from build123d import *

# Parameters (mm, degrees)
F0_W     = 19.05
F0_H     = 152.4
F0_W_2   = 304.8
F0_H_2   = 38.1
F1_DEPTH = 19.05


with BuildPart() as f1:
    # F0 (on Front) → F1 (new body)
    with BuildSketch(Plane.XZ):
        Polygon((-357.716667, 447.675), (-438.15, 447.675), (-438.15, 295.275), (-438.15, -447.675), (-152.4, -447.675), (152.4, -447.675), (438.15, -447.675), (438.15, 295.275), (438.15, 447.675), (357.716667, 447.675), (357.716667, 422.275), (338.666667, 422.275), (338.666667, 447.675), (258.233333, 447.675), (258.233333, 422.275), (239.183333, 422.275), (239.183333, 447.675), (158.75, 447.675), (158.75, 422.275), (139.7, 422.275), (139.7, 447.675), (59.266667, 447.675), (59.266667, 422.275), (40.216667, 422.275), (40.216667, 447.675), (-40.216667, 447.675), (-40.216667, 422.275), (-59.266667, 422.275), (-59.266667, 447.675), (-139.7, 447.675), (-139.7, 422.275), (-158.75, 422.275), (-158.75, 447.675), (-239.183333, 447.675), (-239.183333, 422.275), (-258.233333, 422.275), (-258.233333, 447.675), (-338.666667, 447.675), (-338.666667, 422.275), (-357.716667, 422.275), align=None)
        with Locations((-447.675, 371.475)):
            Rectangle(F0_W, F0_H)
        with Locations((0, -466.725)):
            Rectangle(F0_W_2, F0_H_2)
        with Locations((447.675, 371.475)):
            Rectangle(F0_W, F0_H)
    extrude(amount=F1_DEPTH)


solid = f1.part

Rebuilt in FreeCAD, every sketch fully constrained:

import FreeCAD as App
import Part
import Sketcher
from FreeCAD import Vector
Q = App.Units.Quantity

doc = App.newDocument("Part")
body = doc.addObject("PartDesign::Body", "Body")

# Sketch on XZ plane
sketch1 = body.newObject("Sketcher::SketchObject", "Sketch")
sketch1.AttachmentSupport = (doc.getObject("XZ_Plane"), [""])
sketch1.MapMode = "FlatFace"
sketch1.addGeometry([
    Part.LineSegment(Vector(-358, 422, 0), Vector(-358, 448, 0)),  # 0
    Part.LineSegment(Vector(-358, 448, 0), Vector(-457, 448, 0)),  # 1
    Part.LineSegment(Vector(-457, 448, 0), Vector(-457, 295, 0)),  # 2
    Part.LineSegment(Vector(-457, 295, 0), Vector(-438, 295, 0)),  # 3
    Part.LineSegment(Vector(-438, 295, 0), Vector(-438, -448, 0)),  # 4
    Part.LineSegment(Vector(-438, -448, 0), Vector(-152, -448, 0)),  # 5
    Part.LineSegment(Vector(-152, -448, 0), Vector(-152, -486, 0)),  # 6
    Part.LineSegment(Vector(-152, -486, 0), Vector(152, -486, 0)),  # 7
    Part.LineSegment(Vector(152, -486, 0), Vector(152, -448, 0)),  # 8
    Part.LineSegment(Vector(152, -448, 0), Vector(438, -448, 0)),  # 9
    Part.LineSegment(Vector(438, -448, 0), Vector(438, 295, 0)),  # 10
    Part.LineSegment(Vector(438, 295, 0), Vector(457, 295, 0)),  # 11
    Part.LineSegment(Vector(457, 295, 0), Vector(457, 448, 0)),  # 12
    Part.LineSegment(Vector(457, 448, 0), Vector(358, 448, 0)),  # 13
    Part.LineSegment(Vector(358, 448, 0), Vector(358, 422, 0)),  # 14
    Part.LineSegment(Vector(358, 422, 0), Vector(339, 422, 0)),  # 15
    Part.LineSegment(Vector(339, 422, 0), Vector(339, 448, 0)),  # 16
    Part.LineSegment(Vector(339, 448, 0), Vector(258, 448, 0)),  # 17
    Part.LineSegment(Vector(258, 448, 0), Vector(258, 422, 0)),  # 18
    Part.LineSegment(Vector(258, 422, 0), Vector(239, 422, 0)),  # 19
    Part.LineSegment(Vector(239, 422, 0), Vector(239, 448, 0)),  # 20
    Part.LineSegment(Vector(239, 448, 0), Vector(159, 448, 0)),  # 21
    Part.LineSegment(Vector(159, 448, 0), Vector(159, 422, 0)),  # 22
    Part.LineSegment(Vector(159, 422, 0), Vector(140, 422, 0)),  # 23
    Part.LineSegment(Vector(140, 422, 0), Vector(140, 448, 0)),  # 24
    Part.LineSegment(Vector(140, 448, 0), Vector(59, 448, 0)),  # 25
    Part.LineSegment(Vector(59, 448, 0), Vector(59, 422, 0)),  # 26
    Part.LineSegment(Vector(59, 422, 0), Vector(40, 422, 0)),  # 27
    Part.LineSegment(Vector(40, 422, 0), Vector(40, 448, 0)),  # 28
    Part.LineSegment(Vector(40, 448, 0), Vector(-40, 448, 0)),  # 29
    Part.LineSegment(Vector(-40, 448, 0), Vector(-40, 422, 0)),  # 30
    Part.LineSegment(Vector(-40, 422, 0), Vector(-59, 422, 0)),  # 31
    Part.LineSegment(Vector(-59, 422, 0), Vector(-59, 448, 0)),  # 32
    Part.LineSegment(Vector(-59, 448, 0), Vector(-140, 448, 0)),  # 33
    Part.LineSegment(Vector(-140, 448, 0), Vector(-140, 422, 0)),  # 34
    Part.LineSegment(Vector(-140, 422, 0), Vector(-159, 422, 0)),  # 35
    Part.LineSegment(Vector(-159, 422, 0), Vector(-159, 448, 0)),  # 36
    Part.LineSegment(Vector(-159, 448, 0), Vector(-239, 448, 0)),  # 37
    Part.LineSegment(Vector(-239, 448, 0), Vector(-239, 422, 0)),  # 38
    Part.LineSegment(Vector(-239, 422, 0), Vector(-258, 422, 0)),  # 39
    Part.LineSegment(Vector(-258, 422, 0), Vector(-258, 448, 0)),  # 40
    Part.LineSegment(Vector(-258, 448, 0), Vector(-339, 448, 0)),  # 41
    Part.LineSegment(Vector(-339, 448, 0), Vector(-339, 422, 0)),  # 42
    Part.LineSegment(Vector(-339, 422, 0), Vector(-358, 422, 0)),  # 43
], False)
sketch1.addConstraint([
    Sketcher.Constraint("Coincident", 0, 2, 1, 1),
    Sketcher.Constraint("Coincident", 1, 2, 2, 1),
    Sketcher.Constraint("Coincident", 2, 2, 3, 1),
    Sketcher.Constraint("Coincident", 3, 2, 4, 1),
    Sketcher.Constraint("Coincident", 4, 2, 5, 1),
    Sketcher.Constraint("Coincident", 5, 2, 6, 1),
    Sketcher.Constraint("Coincident", 6, 2, 7, 1),
    Sketcher.Constraint("Coincident", 7, 2, 8, 1),
    Sketcher.Constraint("Coincident", 8, 2, 9, 1),
    Sketcher.Constraint("Coincident", 9, 2, 10, 1),
    Sketcher.Constraint("Coincident", 10, 2, 11, 1),
    Sketcher.Constraint("Coincident", 11, 2, 12, 1),
    Sketcher.Constraint("Coincident", 12, 2, 13, 1),
    Sketcher.Constraint("Coincident", 13, 2, 14, 1),
    Sketcher.Constraint("Coincident", 14, 2, 15, 1),
    Sketcher.Constraint("Coincident", 15, 2, 16, 1),
    Sketcher.Constraint("Coincident", 16, 2, 17, 1),
    Sketcher.Constraint("Coincident", 17, 2, 18, 1),
    Sketcher.Constraint("Coincident", 18, 2, 19, 1),
    Sketcher.Constraint("Coincident", 19, 2, 20, 1),
    Sketcher.Constraint("Coincident", 20, 2, 21, 1),
    Sketcher.Constraint("Coincident", 21, 2, 22, 1),
    Sketcher.Constraint("Coincident", 22, 2, 23, 1),
    Sketcher.Constraint("Coincident", 23, 2, 24, 1),
    Sketcher.Constraint("Coincident", 24, 2, 25, 1),
    Sketcher.Constraint("Coincident", 25, 2, 26, 1),
    Sketcher.Constraint("Coincident", 26, 2, 27, 1),
    Sketcher.Constraint("Coincident", 27, 2, 28, 1),
    Sketcher.Constraint("Coincident", 28, 2, 29, 1),
    Sketcher.Constraint("Coincident", 29, 2, 30, 1),
    Sketcher.Constraint("Coincident", 30, 2, 31, 1),
    Sketcher.Constraint("Coincident", 31, 2, 32, 1),
    Sketcher.Constraint("Coincident", 32, 2, 33, 1),
    Sketcher.Constraint("Coincident", 33, 2, 34, 1),
    Sketcher.Constraint("Coincident", 34, 2, 35, 1),
    Sketcher.Constraint("Coincident", 35, 2, 36, 1),
    Sketcher.Constraint("Coincident", 36, 2, 37, 1),
    Sketcher.Constraint("Coincident", 37, 2, 38, 1),
    Sketcher.Constraint("Coincident", 38, 2, 39, 1),
    Sketcher.Constraint("Coincident", 39, 2, 40, 1),
    Sketcher.Constraint("Coincident", 40, 2, 41, 1),
    Sketcher.Constraint("Coincident", 41, 2, 42, 1),
    Sketcher.Constraint("Coincident", 42, 2, 43, 1),
    Sketcher.Constraint("Coincident", 43, 2, 0, 1),
    Sketcher.Constraint("Vertical", 0),
    Sketcher.Constraint("Horizontal", 1),
    Sketcher.Constraint("Vertical", 2),
    Sketcher.Constraint("Horizontal", 3),
    Sketcher.Constraint("Vertical", 4),
    Sketcher.Constraint("Horizontal", 5),
    Sketcher.Constraint("Vertical", 6),
    Sketcher.Constraint("Horizontal", 7),
    Sketcher.Constraint("Vertical", 8),
    Sketcher.Constraint("Horizontal", 9),
    Sketcher.Constraint("Vertical", 10),
    Sketcher.Constraint("Horizontal", 11),
    Sketcher.Constraint("Vertical", 12),
    Sketcher.Constraint("Horizontal", 13),
    Sketcher.Constraint("Vertical", 14),
    Sketcher.Constraint("Horizontal", 15),
    Sketcher.Constraint("Vertical", 16),
    Sketcher.Constraint("Horizontal", 17),
    Sketcher.Constraint("Vertical", 18),
    Sketcher.Constraint("Horizontal", 19),
    Sketcher.Constraint("Vertical", 20),
    Sketcher.Constraint("Horizontal", 21),
    Sketcher.Constraint("Vertical", 22),
    Sketcher.Constraint("Horizontal", 23),
    Sketcher.Constraint("Vertical", 24),
    Sketcher.Constraint("Horizontal", 25),
    Sketcher.Constraint("Vertical", 26),
    Sketcher.Constraint("Horizontal", 27),
    Sketcher.Constraint("Vertical", 28),
    Sketcher.Constraint("Horizontal", 29),
    Sketcher.Constraint("Vertical", 30),
    Sketcher.Constraint("Horizontal", 31),
    Sketcher.Constraint("Vertical", 32),
    Sketcher.Constraint("Horizontal", 33),
    Sketcher.Constraint("Vertical", 34),
    Sketcher.Constraint("Horizontal", 35),
    Sketcher.Constraint("Vertical", 36),
    Sketcher.Constraint("Horizontal", 37),
    Sketcher.Constraint("Vertical", 38),
    Sketcher.Constraint("Horizontal", 39),
    Sketcher.Constraint("Vertical", 40),
    Sketcher.Constraint("Horizontal", 41),
    Sketcher.Constraint("Vertical", 42),
    Sketcher.Constraint("Horizontal", 43),
    Sketcher.Constraint("Symmetric", 5, 2, 8, 2, -2),
    Sketcher.Constraint("Symmetric", 3, 2, 10, 2, -2),
    Sketcher.Constraint("Symmetric", 1, 2, 12, 2, -2),
    Sketcher.Constraint("Symmetric", 27, 2, 30, 2, -2),
    Sketcher.Constraint("Symmetric", 25, 2, 32, 2, -2),
    Sketcher.Constraint("Symmetric", 23, 2, 34, 2, -2),
    Sketcher.Constraint("Symmetric", 21, 2, 36, 2, -2),
    Sketcher.Constraint("Symmetric", 19, 2, 38, 2, -2),
    Sketcher.Constraint("Symmetric", 17, 2, 40, 2, -2),
    Sketcher.Constraint("Symmetric", 15, 2, 42, 2, -2),
    Sketcher.Constraint("Horizontal", 13, 2, 16, 2),
    Sketcher.Constraint("Horizontal", 15, 2, 18, 2),
    Sketcher.Constraint("Horizontal", 17, 2, 20, 2),
    Sketcher.Constraint("Horizontal", 19, 2, 22, 2),
    Sketcher.Constraint("Horizontal", 21, 2, 24, 2),
    Sketcher.Constraint("Horizontal", 23, 2, 26, 2),
    Sketcher.Constraint("Horizontal", 25, 2, 28, 2),
    Sketcher.Constraint("Equal", 1, 13),
    Sketcher.Constraint("Equal", 11, 15),
    Sketcher.Constraint("Equal", 15, 19),
    Sketcher.Constraint("Equal", 17, 21),
    Sketcher.Constraint("Equal", 19, 23),
    Sketcher.Constraint("Equal", 21, 25),
    Sketcher.Constraint("Equal", 23, 27),
    Sketcher.Constraint("Equal", 25, 29),
    Sketcher.Constraint("DistanceX", 7, 1, 7, 2, Q("12 in")),
    Sketcher.Constraint("DistanceY", 0, 1, 0, 2, Q("1 in")),
    Sketcher.Constraint("DistanceY", 2, 2, 2, 1, Q("6 in")),
    Sketcher.Constraint("DistanceY", 6, 2, 6, 1, Q("1.5 in")),
    Sketcher.Constraint("DistanceX", 1, 2, -1, 1, Q("18 in")),
    Sketcher.Constraint("DistanceX", 3, 1, 3, 2, Q("0.75 in")),
    Sketcher.Constraint("DistanceY", 4, 2, 4, 1, Q("29.25 in")),
    Sketcher.Constraint("DistanceX", -1, 1, 23, 2, Q("5.5 in")),
    Sketcher.Constraint("DistanceY", -1, 1, 0, 2, Q("17.625 in")),
])
pad1 = body.newObject("PartDesign::Pad", "Pad")
pad1.Profile = sketch1
pad1.Length = Q("0.75 in")

doc.recompute()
——
■ EXERCISE DESCRIPTION: Whenever a line of the data above includes the word "Locations", copy that line.

■ ANSWER FOR THIS EXERCISE:
        with Locations((-447.675, 371.475)):
        with Locations((0, -466.725)):
        with Locations((447.675, 371.475)):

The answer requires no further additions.